• WORK REQUIRED
Reproduce the entries below exactly, but only from the line containing "ENL_V_MAT_EXTRU_1_DEPTH = 111" to the line containing "Line((23.055713098, 57), (9.532038357, 57))", inclusive.

• INFORMATION GIVEN
§ §

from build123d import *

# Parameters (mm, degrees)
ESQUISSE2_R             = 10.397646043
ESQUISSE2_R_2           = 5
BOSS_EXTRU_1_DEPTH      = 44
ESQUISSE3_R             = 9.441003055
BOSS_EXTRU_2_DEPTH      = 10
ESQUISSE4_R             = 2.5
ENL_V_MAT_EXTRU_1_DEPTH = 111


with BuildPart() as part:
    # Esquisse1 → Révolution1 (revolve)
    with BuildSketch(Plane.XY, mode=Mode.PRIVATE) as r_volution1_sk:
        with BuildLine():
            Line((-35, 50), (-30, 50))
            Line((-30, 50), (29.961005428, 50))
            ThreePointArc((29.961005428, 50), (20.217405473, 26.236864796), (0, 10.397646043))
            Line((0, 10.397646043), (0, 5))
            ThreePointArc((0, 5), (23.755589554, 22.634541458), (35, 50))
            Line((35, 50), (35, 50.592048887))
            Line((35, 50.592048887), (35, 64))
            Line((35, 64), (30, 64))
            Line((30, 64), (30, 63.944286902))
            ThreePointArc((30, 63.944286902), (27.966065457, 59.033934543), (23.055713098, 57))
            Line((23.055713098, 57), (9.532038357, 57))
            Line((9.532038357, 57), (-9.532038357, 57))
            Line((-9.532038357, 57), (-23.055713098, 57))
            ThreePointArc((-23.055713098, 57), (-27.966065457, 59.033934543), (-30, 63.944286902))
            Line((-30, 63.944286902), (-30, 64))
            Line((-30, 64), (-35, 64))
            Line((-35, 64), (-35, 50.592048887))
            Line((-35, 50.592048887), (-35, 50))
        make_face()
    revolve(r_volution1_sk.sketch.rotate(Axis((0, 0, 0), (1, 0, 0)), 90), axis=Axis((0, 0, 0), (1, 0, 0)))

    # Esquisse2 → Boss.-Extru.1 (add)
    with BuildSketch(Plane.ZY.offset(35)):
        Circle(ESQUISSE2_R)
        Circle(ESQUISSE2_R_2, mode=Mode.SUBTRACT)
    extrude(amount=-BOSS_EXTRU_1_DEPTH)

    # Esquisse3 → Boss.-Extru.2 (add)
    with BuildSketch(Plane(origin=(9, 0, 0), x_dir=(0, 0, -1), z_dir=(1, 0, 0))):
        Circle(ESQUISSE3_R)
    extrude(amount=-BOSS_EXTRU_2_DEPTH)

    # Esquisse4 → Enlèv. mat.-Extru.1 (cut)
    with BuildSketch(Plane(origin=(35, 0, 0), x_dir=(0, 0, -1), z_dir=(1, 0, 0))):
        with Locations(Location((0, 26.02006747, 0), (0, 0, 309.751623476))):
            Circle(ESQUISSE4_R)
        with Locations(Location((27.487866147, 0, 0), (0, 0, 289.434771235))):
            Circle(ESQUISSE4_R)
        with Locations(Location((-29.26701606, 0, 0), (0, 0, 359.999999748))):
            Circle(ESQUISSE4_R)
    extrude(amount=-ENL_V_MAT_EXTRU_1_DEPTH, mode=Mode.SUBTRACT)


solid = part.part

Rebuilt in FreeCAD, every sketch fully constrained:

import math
import FreeCAD as App
import Part
import Sketcher

doc = App.newDocument("Part")
params = doc.addObject("Spreadsheet::Sheet", "Params")
for row, (alias, value) in enumerate([
    ("sketch1_width", "5 mm"),
    ("sketch1_height", "14 mm"),
    ("revolution_angle", "360 deg"),
    ("sketch2_diameter", "10 mm"),
    ("pad1_length", "44 mm"),
    ("pad2_length", "10 mm"),
    ("sketch4_diameter", "5 mm"),
    ("pocket1_length", "111 mm"),
], start=1):
    params.set(f"A{row}", alias)
    params.set(f"B{row}", "=" + value)
    params.setAlias(f"B{row}", alias)

body = doc.addObject("PartDesign::Body", "Body")

# Sketch on XY plane
sketch1 = body.newObject("Sketcher::SketchObject", "Sketch")
sketch1.AttachmentSupport = (doc.getObject("XY_Plane"), [""])
sketch1.MapMode = "FlatFace"
sketch1.addGeometry(Part.LineSegment(App.Vector(-35, 50, 0), App.Vector(29.96, 50, 0)), False)
sketch1.addGeometry(Part.ArcOfCircle(Part.Circle(App.Vector(-19.84, 56.54, 0), App.Vector(0, 0, 1), 50.22), math.radians(-67), math.radians(-7)), False)
sketch1.addGeometry(Part.LineSegment(App.Vector(0, 10.4, 0), App.Vector(0, 5, 0)), False)
sketch1.addGeometry(Part.ArcOfCircle(Part.Circle(App.Vector(-19.84, 56.54, 0), App.Vector(0, 0, 1), 55.22), math.radians(-69), math.radians(-7)), False)
sketch1.addGeometry(Part.LineSegment(App.Vector(35, 50, 0), App.Vector(35, 64, 0)), False)
sketch1.addGeometry(Part.LineSegment(App.Vector(35, 64, 0), App.Vector(30, 64, 0)), False)
sketch1.addGeometry(Part.LineSegment(App.Vector(30, 64, 0), App.Vector(30, 63.94, 0)), False)
sketch1.addGeometry(Part.ArcOfCircle(Part.Circle(App.Vector(23.06, 63.94, 0), App.Vector(0, 0, 1), 6.94), math.radians(-90), math.radians(0)), False)
sketch1.addGeometry(Part.LineSegment(App.Vector(23.06, 57, 0), App.Vector(-23.06, 57, 0)), False)
sketch1.addGeometry(Part.ArcOfCircle(Part.Circle(App.Vector(-23.06, 63.94, 0), App.Vector(0, 0, 1), 6.94), math.radians(180), math.radians(270)), False)
sketch1.addGeometry(Part.LineSegment(App.Vector(-30, 63.94, 0), App.Vector(-30, 64, 0)), False)
sketch1.addGeometry(Part.LineSegment(App.Vector(-30, 64, 0), App.Vector(-35, 64, 0)), False)
sketch1.addGeometry(Part.LineSegment(App.Vector(-35, 64, 0), App.Vector(-35, 50, 0)), False)
sketch1.addConstraint(Sketcher.Constraint("Coincident", 0, 2, 1, 2))
sketch1.addConstraint(Sketcher.Constraint("Coincident", 1, 1, 2, 1))
sketch1.addConstraint(Sketcher.Constraint("Coincident", 2, 2, 3, 1))
sketch1.addConstraint(Sketcher.Constraint("Coincident", 3, 2, 4, 1))
sketch1.addConstraint(Sketcher.Constraint("Coincident", 4, 2, 5, 1))
sketch1.addConstraint(Sketcher.Constraint("Coincident", 5, 2, 6, 1))
sketch1.addConstraint(Sketcher.Constraint("Tangent", 6, 2, 7, 2))
sketch1.addConstraint(Sketcher.Constraint("Tangent", 7, 1, 8, 1))
sketch1.addConstraint(Sketcher.Constraint("Tangent", 8, 2, 9, 2))
sketch1.addConstraint(Sketcher.Constraint("Tangent", 9, 1, 10, 1))
sketch1.addConstraint(Sketcher.Constraint("Coincident", 10, 2, 11, 1))
sketch1.addConstraint(Sketcher.Constraint("Coincident", 11, 2, 12, 1))
sketch1.addConstraint(Sketcher.Constraint("Coincident", 12, 2, 0, 1))
sketch1.addConstraint(Sketcher.Constraint("Horizontal", 0))
sketch1.addConstraint(Sketcher.Constraint("Vertical", 2))
sketch1.addConstraint(Sketcher.Constraint("Vertical", 4))
sketch1.addConstraint(Sketcher.Constraint("Horizontal", 5))
sketch1.addConstraint(Sketcher.Constraint("Vertical", 6))
sketch1.addConstraint(Sketcher.Constraint("Horizontal", 8))
sketch1.addConstraint(Sketcher.Constraint("Vertical", 10))
sketch1.addConstraint(Sketcher.Constraint("Horizontal", 11))
sketch1.addConstraint(Sketcher.Constraint("Vertical", 12))
sketch1.addConstraint(Sketcher.Constraint("Coincident", 3, 3, 1, 3))
sketch1.addConstraint(Sketcher.Constraint("Equal", 7, 9))
sketch1.addConstraint(Sketcher.Constraint("Symmetric", 5, 2, 10, 2, -2))
sketch1.addConstraint(Sketcher.Constraint("Symmetric", 3, 2, 12, 2, -2))
sketch1.addConstraint(Sketcher.Constraint("PointOnObject", 1, 1, -2))
sketch1.addConstraint(Sketcher.Constraint("DistanceX", 5, 2, 5, 1, 5.0))
sketch1.addConstraint(Sketcher.Constraint("DistanceY", 4, 1, 4, 2, 14.0))
sketch1.addConstraint(Sketcher.Constraint("DistanceY", -1, 1, 0, 2, 50.0))
sketch1.addConstraint(Sketcher.Constraint("DistanceY", -1, 1, 2, 2, 5.0))
sketch1.addConstraint(Sketcher.Constraint("DistanceX", -1, 1, 3, 2, 35.0))
sketch1.addConstraint(Sketcher.Constraint("DistanceY", -1, 1, 7, 1, 57.0))
sketch1.addConstraint(Sketcher.Constraint("Radius", 1, 50.224532))
sketch1.addConstraint(Sketcher.Constraint("Radius", 3, 55.224532))
sketch1.addConstraint(Sketcher.Constraint("Radius", 7, 6.944287))
sketch1.setExpression("Constraints[27]", "Params.sketch1_width")
sketch1.setExpression("Constraints[28]", "Params.sketch1_height")
revolution = body.newObject("PartDesign::Revolution", "Revolution")
revolution.Profile = sketch1
revolution.ReferenceAxis = (sketch1, ["H_Axis"])
revolution.setExpression("Angle", "Params.revolution_angle")

# Sketch on YZ plane
sketch2 = body.newObject("Sketcher::SketchObject", "Sketch001")
sketch2.AttachmentSupport = (doc.getObject("YZ_Plane"), [""])
sketch2.MapMode = "FlatFace"
sketch2.AttachmentOffset = App.Placement(App.Vector(0, 0, -35), App.Rotation())
sketch2.addGeometry(Part.Circle(App.Vector(0, 0, 0), App.Vector(0, 0, 1), 10), False)
sketch2.addGeometry(Part.Circle(App.Vector(0, 0, 0), App.Vector(0, 0, 1), 5), False)
sketch2.addConstraint(Sketcher.Constraint("Coincident", 0, 3, -1, 1))
sketch2.addConstraint(Sketcher.Constraint("Coincident", 1, 3, -1, 1))
sketch2.addConstraint(Sketcher.Constraint("Diameter", 1, 10.0))
sketch2.addConstraint(Sketcher.Constraint("Diameter", 0, 20.795292))
sketch2.setExpression("Constraints[2]", "Params.sketch2_diameter")
pad1 = body.newObject("PartDesign::Pad", "Pad")
pad1.Profile = sketch2
pad1.setExpression("Length", "Params.pad1_length")

# Sketch on YZ plane
sketch3 = body.newObject("Sketcher::SketchObject", "Sketch002")
sketch3.AttachmentSupport = (doc.getObject("YZ_Plane"), [""])
sketch3.MapMode = "FlatFace"
sketch3.AttachmentOffset = App.Placement(App.Vector(0, 0, 9), App.Rotation())
sketch3.addGeometry(Part.Circle(App.Vector(0, 0, 0), App.Vector(0, 0, 1), 9), False)
sketch3.addConstraint(Sketcher.Constraint("Coincident", 0, 3, -1, 1))
sketch3.addConstraint(Sketcher.Constraint("Diameter", 0, 18.882006))
pad2 = body.newObject("PartDesign::Pad", "Pad001")
pad2.Profile = sketch3
pad2.setExpression("Length", "Params.pad2_length")
pad2.Reversed = True

# Sketch on YZ plane
sketch4 = body.newObject("Sketcher::SketchObject", "Sketch003")
sketch4.AttachmentSupport = (doc.getObject("YZ_Plane"), [""])
sketch4.MapMode = "FlatFace"
sketch4.AttachmentOffset = App.Placement(App.Vector(0, 0, 35), App.Rotation())
sketch4.addGeometry(Part.Circle(App.Vector(26, 0, 0), App.Vector(0, 0, 1), 2.5), False)
sketch4.addGeometry(Part.Circle(App.Vector(0, -27.5, 0), App.Vector(0, 0, 1), 2.5), False)
sketch4.addGeometry(Part.Circle(App.Vector(0, 29.3, 0), App.Vector(0, 0, 1), 2.5), False)
sketch4.addConstraint(Sketcher.Constraint("Equal", 0, 1))
sketch4.addConstraint(Sketcher.Constraint("Equal", 1, 2))
sketch4.addConstraint(Sketcher.Constraint("PointOnObject", 0, 3, -1))
sketch4.addConstraint(Sketcher.Constraint("PointOnObject", 1, 3, -2))
sketch4.addConstraint(Sketcher.Constraint("PointOnObject", 2, 3, -2))
sketch4.addConstraint(Sketcher.Constraint("Diameter", 0, 5.0))
sketch4.addConstraint(Sketcher.Constraint("DistanceX", -1, 1, 0, 3, 26.020067))
sketch4.addConstraint(Sketcher.Constraint("DistanceY", 1, 3, -1, 1, 27.487866))
sketch4.addConstraint(Sketcher.Constraint("DistanceY", -1, 1, 2, 3, 29.267016))
sketch4.setExpression("Constraints[5]", "Params.sketch4_diameter")
pocket1 = body.newObject("PartDesign::Pocket", "Pocket")
pocket1.Profile = sketch4
pocket1.setExpression("Length", "Params.pocket1_length")

doc.recompute()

§ §

• SOLUTION FOR THIS PROBLEM
ENL_V_MAT_EXTRU_1_DEPTH = 111


with BuildPart() as part:
    # Esquisse1 → Révolution1 (revolve)
    with BuildSketch(Plane.XY, mode=Mode.PRIVATE) as r_volution1_sk:
        with BuildLine():
            Line((-35, 50), (-30, 50))
            Line((-30, 50), (29.961005428, 50))
            ThreePointArc((29.961005428, 50), (20.217405473, 26.236864796), (0, 10.397646043))
            Line((0, 10.397646043), (0, 5))
            ThreePointArc((0, 5), (23.755589554, 22.634541458), (35, 50))
            Line((35, 50), (35, 50.592048887))
            Line((35, 50.592048887), (35, 64))
            Line((35, 64), (30, 64))
            Line((30, 64), (30, 63.944286902))
            ThreePointArc((30, 63.944286902), (27.966065457, 59.033934543), (23.055713098, 57))
            Line((23.055713098, 57), (9.532038357, 57))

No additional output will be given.